TODO VA DE MARAVILLA
EDWARD SNWODEN
Edward Snwoden explica por qué la decisión del Tribunal Supremo británico de extraditar a Assange podría sentar un precedente extremadamente peligroso para la profesión del periodismo. Y el denunciante no perdona a todos los “periodistas” que han optado por condenar a Assange, cavando la tumba de su propia profesión.

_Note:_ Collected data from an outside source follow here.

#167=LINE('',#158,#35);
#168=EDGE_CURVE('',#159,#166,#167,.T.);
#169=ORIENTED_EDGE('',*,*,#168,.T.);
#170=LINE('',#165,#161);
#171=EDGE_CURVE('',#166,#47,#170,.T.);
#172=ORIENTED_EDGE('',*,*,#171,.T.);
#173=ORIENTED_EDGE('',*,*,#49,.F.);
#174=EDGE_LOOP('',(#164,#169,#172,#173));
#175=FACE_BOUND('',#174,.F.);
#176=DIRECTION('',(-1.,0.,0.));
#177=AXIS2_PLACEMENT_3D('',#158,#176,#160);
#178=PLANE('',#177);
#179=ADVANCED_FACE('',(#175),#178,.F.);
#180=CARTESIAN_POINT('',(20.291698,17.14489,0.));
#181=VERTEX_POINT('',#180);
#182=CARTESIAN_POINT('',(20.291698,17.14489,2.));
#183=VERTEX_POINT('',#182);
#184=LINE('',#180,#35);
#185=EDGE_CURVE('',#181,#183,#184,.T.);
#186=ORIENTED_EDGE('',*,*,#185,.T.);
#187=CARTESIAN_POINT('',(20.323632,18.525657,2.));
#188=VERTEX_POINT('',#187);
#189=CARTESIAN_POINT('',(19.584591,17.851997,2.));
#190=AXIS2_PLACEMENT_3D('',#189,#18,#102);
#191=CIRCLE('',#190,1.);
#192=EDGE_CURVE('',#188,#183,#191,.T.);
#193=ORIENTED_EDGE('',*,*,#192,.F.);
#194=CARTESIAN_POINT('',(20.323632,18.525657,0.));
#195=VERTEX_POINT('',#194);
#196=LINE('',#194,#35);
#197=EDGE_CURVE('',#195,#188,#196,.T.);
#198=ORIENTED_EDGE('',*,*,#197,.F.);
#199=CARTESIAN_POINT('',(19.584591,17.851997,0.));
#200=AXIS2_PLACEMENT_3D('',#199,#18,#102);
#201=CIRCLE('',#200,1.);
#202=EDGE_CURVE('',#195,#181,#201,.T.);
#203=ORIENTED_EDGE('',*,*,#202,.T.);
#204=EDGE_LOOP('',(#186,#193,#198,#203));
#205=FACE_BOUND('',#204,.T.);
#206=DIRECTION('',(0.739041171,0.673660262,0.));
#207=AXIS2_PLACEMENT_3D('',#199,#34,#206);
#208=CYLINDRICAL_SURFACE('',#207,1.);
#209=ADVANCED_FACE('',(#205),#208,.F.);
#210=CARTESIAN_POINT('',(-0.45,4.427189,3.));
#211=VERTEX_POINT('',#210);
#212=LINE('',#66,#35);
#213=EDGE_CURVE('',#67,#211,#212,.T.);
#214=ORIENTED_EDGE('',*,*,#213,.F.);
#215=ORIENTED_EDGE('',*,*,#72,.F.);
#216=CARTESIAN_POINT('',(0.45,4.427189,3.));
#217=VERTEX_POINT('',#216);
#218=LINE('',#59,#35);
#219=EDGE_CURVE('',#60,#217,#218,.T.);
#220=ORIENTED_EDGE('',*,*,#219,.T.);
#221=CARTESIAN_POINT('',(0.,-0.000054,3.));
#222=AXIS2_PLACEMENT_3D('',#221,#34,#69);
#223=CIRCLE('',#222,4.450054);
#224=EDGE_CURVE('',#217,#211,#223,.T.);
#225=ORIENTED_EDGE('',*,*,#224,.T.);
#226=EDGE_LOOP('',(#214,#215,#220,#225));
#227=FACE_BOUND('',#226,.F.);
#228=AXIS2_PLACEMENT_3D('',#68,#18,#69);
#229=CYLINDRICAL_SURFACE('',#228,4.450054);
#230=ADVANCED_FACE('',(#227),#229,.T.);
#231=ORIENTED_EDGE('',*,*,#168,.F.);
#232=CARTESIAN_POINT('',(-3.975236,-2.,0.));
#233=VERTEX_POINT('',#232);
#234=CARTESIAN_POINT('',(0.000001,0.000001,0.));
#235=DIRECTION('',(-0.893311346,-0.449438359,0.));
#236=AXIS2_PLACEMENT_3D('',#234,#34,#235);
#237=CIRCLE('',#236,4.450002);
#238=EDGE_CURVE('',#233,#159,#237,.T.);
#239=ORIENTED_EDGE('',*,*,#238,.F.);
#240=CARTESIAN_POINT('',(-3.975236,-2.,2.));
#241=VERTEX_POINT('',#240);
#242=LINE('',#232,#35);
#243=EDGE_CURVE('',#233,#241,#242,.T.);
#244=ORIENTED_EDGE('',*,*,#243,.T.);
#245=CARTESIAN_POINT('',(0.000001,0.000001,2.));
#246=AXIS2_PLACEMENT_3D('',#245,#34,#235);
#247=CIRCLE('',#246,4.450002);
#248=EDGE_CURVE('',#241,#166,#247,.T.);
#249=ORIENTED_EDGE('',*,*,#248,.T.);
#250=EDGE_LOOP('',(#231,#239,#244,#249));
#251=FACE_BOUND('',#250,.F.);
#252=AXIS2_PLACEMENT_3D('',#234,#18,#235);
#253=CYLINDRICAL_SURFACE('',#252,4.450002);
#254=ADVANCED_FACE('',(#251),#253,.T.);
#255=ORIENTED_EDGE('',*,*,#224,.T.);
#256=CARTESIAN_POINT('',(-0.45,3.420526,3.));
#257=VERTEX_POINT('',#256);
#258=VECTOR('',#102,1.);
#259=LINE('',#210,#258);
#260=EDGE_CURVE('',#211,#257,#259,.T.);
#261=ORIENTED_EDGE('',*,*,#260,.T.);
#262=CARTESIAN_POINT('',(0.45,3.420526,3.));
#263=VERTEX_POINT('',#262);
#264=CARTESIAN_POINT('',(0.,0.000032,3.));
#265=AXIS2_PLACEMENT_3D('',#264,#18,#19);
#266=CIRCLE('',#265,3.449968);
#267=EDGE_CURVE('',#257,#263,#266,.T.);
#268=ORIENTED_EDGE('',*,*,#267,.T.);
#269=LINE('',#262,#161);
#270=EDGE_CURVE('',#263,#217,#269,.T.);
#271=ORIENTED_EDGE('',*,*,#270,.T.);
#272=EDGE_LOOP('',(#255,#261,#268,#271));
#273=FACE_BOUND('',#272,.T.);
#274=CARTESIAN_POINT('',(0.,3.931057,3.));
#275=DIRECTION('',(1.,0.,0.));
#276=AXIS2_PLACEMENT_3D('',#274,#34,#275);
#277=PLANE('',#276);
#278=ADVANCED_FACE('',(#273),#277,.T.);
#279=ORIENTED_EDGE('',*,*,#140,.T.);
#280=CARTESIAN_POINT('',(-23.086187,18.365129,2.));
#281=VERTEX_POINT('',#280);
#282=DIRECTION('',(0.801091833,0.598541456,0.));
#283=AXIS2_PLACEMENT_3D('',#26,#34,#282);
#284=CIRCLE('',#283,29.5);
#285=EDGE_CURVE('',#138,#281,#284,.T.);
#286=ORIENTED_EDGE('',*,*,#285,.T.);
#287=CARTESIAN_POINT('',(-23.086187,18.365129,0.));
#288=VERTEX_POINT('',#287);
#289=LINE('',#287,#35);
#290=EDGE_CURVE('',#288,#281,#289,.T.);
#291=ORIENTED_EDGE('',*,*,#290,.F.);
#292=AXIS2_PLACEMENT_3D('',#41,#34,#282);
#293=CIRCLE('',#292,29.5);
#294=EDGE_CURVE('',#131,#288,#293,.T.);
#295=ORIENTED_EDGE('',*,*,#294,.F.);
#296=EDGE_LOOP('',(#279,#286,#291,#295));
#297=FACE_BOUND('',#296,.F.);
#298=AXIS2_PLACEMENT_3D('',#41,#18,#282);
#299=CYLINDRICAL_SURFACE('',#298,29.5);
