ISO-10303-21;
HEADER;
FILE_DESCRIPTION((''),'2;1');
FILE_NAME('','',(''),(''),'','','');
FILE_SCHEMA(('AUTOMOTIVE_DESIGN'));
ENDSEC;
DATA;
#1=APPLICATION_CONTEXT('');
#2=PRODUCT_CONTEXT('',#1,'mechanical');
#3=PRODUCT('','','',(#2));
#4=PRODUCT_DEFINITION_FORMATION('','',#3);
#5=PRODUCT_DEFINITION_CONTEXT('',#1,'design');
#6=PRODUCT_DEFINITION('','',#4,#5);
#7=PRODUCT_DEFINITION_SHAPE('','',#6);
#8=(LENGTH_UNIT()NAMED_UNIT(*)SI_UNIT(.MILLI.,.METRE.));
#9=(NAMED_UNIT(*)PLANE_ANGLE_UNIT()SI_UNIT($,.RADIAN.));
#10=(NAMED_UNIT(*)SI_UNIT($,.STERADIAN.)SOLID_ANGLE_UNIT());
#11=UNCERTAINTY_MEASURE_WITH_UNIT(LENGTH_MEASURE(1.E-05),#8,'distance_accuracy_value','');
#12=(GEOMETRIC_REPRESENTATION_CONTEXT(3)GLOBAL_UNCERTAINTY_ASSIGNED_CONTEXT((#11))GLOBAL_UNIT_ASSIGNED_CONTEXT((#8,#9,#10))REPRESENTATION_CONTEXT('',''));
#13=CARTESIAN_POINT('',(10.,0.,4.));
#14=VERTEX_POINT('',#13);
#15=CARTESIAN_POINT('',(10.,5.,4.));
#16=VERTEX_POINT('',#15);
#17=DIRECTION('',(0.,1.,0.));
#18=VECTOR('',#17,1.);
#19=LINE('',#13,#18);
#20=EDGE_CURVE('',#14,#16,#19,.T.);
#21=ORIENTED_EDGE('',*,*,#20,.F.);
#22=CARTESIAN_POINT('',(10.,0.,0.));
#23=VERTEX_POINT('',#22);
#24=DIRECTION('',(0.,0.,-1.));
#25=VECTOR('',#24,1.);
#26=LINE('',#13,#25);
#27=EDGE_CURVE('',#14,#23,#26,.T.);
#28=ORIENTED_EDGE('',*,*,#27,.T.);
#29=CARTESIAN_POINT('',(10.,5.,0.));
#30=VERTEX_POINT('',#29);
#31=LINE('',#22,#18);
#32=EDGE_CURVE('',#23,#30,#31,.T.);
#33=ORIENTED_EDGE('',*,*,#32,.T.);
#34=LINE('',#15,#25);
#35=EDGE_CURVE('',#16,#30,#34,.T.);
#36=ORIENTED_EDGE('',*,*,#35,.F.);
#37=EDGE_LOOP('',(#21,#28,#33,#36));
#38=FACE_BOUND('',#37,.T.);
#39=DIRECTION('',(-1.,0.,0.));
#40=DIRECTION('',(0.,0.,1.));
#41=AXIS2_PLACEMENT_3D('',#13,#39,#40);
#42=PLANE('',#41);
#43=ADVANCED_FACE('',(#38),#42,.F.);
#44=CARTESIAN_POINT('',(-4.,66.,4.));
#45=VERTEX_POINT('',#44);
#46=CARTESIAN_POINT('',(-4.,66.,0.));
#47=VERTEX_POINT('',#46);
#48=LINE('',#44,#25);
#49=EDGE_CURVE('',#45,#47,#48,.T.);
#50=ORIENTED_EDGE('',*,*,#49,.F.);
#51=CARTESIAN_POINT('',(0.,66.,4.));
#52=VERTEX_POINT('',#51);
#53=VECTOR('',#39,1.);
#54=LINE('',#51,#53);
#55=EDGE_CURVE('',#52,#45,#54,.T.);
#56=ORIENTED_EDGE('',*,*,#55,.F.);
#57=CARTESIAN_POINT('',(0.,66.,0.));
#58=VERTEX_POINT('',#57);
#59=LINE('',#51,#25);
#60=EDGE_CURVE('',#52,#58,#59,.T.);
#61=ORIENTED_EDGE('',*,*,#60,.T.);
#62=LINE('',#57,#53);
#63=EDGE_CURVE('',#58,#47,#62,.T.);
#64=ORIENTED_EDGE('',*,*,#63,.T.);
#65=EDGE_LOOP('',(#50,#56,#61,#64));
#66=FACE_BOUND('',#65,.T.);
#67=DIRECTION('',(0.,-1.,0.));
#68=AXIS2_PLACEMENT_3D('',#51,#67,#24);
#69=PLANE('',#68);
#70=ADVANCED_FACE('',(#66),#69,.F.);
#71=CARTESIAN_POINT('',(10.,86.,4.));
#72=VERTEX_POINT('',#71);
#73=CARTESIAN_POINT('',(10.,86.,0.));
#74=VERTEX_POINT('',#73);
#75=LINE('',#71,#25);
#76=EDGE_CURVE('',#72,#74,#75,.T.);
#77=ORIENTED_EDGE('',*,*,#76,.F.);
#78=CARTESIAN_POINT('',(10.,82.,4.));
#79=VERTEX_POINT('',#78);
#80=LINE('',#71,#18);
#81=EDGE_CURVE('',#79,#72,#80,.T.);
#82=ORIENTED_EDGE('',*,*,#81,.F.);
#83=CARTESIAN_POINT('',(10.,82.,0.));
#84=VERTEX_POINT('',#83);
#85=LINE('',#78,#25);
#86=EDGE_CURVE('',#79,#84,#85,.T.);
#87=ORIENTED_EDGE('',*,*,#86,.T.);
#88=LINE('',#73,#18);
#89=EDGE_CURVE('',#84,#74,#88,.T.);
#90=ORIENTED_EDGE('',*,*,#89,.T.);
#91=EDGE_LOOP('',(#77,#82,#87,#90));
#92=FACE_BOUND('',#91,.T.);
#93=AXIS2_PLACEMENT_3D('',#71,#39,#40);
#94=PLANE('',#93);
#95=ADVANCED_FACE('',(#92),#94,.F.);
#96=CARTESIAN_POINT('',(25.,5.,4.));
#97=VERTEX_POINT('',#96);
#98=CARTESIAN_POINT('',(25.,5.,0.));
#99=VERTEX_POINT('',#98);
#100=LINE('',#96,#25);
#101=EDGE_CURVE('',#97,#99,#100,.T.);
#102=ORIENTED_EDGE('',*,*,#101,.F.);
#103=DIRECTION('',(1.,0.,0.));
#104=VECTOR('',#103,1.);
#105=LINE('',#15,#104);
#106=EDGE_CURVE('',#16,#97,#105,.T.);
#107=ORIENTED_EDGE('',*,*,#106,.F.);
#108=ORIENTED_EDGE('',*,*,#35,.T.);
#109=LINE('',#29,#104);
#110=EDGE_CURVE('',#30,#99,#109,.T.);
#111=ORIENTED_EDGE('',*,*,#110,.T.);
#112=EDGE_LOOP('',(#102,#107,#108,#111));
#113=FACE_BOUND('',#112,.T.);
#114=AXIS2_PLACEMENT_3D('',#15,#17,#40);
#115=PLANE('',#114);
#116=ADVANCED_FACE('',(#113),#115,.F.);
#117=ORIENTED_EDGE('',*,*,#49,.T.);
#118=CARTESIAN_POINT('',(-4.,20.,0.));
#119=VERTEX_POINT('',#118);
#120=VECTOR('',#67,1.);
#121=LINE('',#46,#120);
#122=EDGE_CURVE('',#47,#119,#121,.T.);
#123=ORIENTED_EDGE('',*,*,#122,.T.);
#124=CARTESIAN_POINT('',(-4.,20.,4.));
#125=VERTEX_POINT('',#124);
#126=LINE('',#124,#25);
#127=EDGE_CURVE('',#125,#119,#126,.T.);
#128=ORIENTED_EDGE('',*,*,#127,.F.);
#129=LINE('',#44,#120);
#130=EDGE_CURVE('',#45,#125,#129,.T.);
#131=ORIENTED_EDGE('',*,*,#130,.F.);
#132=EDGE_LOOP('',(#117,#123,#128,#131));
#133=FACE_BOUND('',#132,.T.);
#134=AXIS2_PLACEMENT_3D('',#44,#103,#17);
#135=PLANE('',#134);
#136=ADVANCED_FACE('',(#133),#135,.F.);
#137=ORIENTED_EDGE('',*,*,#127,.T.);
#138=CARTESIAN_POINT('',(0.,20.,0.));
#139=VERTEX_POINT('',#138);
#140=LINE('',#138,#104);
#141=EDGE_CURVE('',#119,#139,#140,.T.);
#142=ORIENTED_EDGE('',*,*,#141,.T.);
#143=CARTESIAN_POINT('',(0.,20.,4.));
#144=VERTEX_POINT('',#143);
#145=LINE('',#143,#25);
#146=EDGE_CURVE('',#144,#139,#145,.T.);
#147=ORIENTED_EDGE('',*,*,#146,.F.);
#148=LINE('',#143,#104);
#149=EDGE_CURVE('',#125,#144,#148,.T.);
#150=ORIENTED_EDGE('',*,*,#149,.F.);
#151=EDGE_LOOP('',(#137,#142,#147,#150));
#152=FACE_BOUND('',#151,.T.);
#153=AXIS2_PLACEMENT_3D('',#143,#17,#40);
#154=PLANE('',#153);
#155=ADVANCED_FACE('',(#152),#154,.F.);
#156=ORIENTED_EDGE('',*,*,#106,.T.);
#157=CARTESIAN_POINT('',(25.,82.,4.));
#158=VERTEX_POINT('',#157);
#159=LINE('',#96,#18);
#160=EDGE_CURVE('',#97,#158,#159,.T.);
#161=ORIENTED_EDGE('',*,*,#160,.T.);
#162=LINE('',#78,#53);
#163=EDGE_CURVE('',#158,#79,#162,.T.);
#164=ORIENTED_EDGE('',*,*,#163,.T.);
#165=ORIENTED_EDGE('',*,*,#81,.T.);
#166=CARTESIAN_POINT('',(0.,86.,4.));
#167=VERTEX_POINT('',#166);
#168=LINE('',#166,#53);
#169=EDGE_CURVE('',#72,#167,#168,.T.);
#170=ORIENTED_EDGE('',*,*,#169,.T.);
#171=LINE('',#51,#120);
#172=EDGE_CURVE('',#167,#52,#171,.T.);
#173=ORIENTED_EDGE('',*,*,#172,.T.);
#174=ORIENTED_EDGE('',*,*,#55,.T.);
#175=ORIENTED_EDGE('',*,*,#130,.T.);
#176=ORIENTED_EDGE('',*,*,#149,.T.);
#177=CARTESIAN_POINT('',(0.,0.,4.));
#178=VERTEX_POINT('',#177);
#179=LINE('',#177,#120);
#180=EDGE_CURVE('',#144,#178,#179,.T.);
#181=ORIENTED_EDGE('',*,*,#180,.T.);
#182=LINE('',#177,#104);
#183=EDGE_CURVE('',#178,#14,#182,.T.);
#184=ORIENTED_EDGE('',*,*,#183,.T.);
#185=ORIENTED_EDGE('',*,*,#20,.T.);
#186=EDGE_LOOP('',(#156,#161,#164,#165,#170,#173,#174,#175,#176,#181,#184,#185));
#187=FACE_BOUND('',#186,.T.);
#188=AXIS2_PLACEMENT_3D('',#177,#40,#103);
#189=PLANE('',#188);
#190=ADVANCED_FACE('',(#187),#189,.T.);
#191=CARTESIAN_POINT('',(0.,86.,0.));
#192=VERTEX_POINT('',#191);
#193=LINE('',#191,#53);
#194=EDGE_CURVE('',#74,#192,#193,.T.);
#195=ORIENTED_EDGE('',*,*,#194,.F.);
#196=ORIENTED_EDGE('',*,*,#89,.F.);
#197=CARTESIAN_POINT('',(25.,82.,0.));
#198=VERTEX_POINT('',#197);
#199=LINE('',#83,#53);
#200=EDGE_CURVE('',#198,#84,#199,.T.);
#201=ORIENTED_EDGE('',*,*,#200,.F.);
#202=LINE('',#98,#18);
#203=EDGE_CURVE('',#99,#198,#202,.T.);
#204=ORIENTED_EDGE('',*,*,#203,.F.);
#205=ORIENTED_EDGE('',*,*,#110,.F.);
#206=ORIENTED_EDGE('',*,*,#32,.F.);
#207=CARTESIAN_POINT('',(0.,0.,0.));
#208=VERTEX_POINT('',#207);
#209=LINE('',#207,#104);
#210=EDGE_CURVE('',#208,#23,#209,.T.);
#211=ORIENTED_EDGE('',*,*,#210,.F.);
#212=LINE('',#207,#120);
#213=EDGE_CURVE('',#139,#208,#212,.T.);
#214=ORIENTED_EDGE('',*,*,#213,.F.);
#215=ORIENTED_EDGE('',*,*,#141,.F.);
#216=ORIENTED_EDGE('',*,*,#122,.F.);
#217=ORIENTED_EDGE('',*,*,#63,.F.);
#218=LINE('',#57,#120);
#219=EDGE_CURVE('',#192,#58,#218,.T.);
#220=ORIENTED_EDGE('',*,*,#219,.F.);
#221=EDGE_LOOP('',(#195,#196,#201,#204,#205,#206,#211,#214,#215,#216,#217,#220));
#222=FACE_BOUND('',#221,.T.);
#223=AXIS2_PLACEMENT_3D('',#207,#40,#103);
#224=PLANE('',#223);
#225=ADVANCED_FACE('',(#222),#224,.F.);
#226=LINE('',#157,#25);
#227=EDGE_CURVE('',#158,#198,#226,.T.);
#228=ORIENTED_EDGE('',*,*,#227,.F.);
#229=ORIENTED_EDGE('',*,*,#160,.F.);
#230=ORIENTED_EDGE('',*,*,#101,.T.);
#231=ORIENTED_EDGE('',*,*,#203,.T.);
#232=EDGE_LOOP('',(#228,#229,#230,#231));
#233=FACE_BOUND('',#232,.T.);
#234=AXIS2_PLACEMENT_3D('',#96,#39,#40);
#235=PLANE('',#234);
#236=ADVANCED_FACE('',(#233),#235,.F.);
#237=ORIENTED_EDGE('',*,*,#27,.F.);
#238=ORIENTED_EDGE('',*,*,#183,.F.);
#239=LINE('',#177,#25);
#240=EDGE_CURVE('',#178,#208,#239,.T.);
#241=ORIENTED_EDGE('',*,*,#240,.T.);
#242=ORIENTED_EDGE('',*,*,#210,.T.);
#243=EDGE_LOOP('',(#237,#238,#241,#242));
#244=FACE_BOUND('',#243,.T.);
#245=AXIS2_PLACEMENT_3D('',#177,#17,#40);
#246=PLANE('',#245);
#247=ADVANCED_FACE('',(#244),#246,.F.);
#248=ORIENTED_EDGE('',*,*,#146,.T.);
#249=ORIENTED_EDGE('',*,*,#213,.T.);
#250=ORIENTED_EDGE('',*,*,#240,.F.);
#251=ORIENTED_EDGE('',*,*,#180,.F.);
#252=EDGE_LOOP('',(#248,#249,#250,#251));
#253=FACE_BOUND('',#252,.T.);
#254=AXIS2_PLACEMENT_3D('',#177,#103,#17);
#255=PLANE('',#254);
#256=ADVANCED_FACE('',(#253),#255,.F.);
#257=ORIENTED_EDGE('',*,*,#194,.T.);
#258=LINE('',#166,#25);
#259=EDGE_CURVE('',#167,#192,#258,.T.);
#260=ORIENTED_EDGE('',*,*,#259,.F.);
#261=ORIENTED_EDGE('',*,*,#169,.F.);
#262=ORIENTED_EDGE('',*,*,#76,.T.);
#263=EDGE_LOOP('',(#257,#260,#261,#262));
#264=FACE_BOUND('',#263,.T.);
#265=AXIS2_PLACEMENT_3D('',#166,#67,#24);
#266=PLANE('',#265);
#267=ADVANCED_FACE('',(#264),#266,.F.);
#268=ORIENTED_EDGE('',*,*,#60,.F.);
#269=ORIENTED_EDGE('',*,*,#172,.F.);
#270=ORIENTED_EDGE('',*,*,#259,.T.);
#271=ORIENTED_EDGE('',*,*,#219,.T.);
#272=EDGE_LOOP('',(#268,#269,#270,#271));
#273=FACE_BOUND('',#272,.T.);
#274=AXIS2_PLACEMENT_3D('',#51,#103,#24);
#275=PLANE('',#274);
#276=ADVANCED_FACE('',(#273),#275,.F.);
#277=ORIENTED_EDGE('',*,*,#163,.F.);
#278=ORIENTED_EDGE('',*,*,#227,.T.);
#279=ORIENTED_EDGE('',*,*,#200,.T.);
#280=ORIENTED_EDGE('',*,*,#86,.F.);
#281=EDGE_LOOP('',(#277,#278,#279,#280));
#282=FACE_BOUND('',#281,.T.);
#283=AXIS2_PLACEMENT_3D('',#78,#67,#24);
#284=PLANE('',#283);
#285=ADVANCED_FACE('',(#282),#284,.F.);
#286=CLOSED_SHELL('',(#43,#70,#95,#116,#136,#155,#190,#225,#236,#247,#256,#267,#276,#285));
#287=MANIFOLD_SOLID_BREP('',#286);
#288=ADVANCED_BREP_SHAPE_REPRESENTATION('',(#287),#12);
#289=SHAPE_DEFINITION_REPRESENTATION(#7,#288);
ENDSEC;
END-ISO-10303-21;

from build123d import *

# Parameters (mm, degrees)
BOSS_EXTRUDE1_DEPTH = 4


with BuildPart() as part:
    # Sketch1 → Boss-Extrude1 (new body)
    with BuildSketch(Plane.XY):
        Polygon((0, 66), (0, 86), (10, 86), (10, 82), (25, 82), (25, 5), (10, 5), (10, 0), (0, 0), (0, 20), (-4, 20), (-4, 66), align=None)
    extrude(amount=BOSS_EXTRUDE1_DEPTH)


solid = part.part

Evangelio, una palabra del inglés antiguo, es un concepto que significa “buenas noticias”. Y es el evangelio lo que ha escaseado al adentrarnos en la temporada navideña. Cada vez que este hecho me deprime, recuerdo que encontrar el mal, la fechoría e incluso el sufrimiento en los titulares, es sólo una señal de que la prensa está haciendo su trabajo. No creo que ninguno de nosotros quiera despertarse por la mañana y leer “¡Todo va de maravilla!” sobre nuestro cóctel de ponche de huevo, aunque incluso si lo hacemos, sabemos que un titular así es sólo una indicación de todo lo que no se informa.
Al entrar en esta
época navideña, me siento acosado por extraños sentimientos religiosos; digo
extraños porque no soy muy creyente, ni en Dios, ni en los gobiernos, ni en las
instituciones en general. Trato de reservar mi fe para las personas y los
principios, pero eso puede llevar a algunos años de escasez en el
apaciguamiento de la sed espiritual. Puedo encontrar una forma de atribuir mis
impulsos al ritualismo del Covid-19 –las abluciones de desinfección y
enmascaramiento, el aislamiento penitente, el ¿qué significa todo esto? que
surge de la confrontación con la impotencia y el capricho de la enfermedad–,
pero una fuente más convincente podría ser la novedad de la paternidad: siendo
la religión un sustituto de la tradición en general, me pregunto: ¿qué voy a
dejar a mi hijo? ¿Qué herencia intelectual y emocional?
Junto con las
“buenas noticias”, he estado pensando en la “mala fe”, una frase que siempre me
recuerda el chiste de Thomas Pynchon, en el que todo lo malo se convierte en un
balneario alemán: Bad Kissingen, Bad Kreuznach, Baden-Baden… Bad Karma.
Conocía la frase
sobre todo por su cosecha jurídica, pero empecé a notar que se aplicaba cada
vez más a la política durante los ciclos de la historia de Bush-Obama: los
republicanos siempre estaban “negociando de mala fe”, u “operando de mala fe”,
y sólo empeoró después de eso: la frase se hizo más frecuente una vez que Trump
asumió el cargo. Así que me sorprendió descubrir que “mala fe” tiene raíces
mucho más profundas que nuestro derecho consuetudinario: male fides, del latín.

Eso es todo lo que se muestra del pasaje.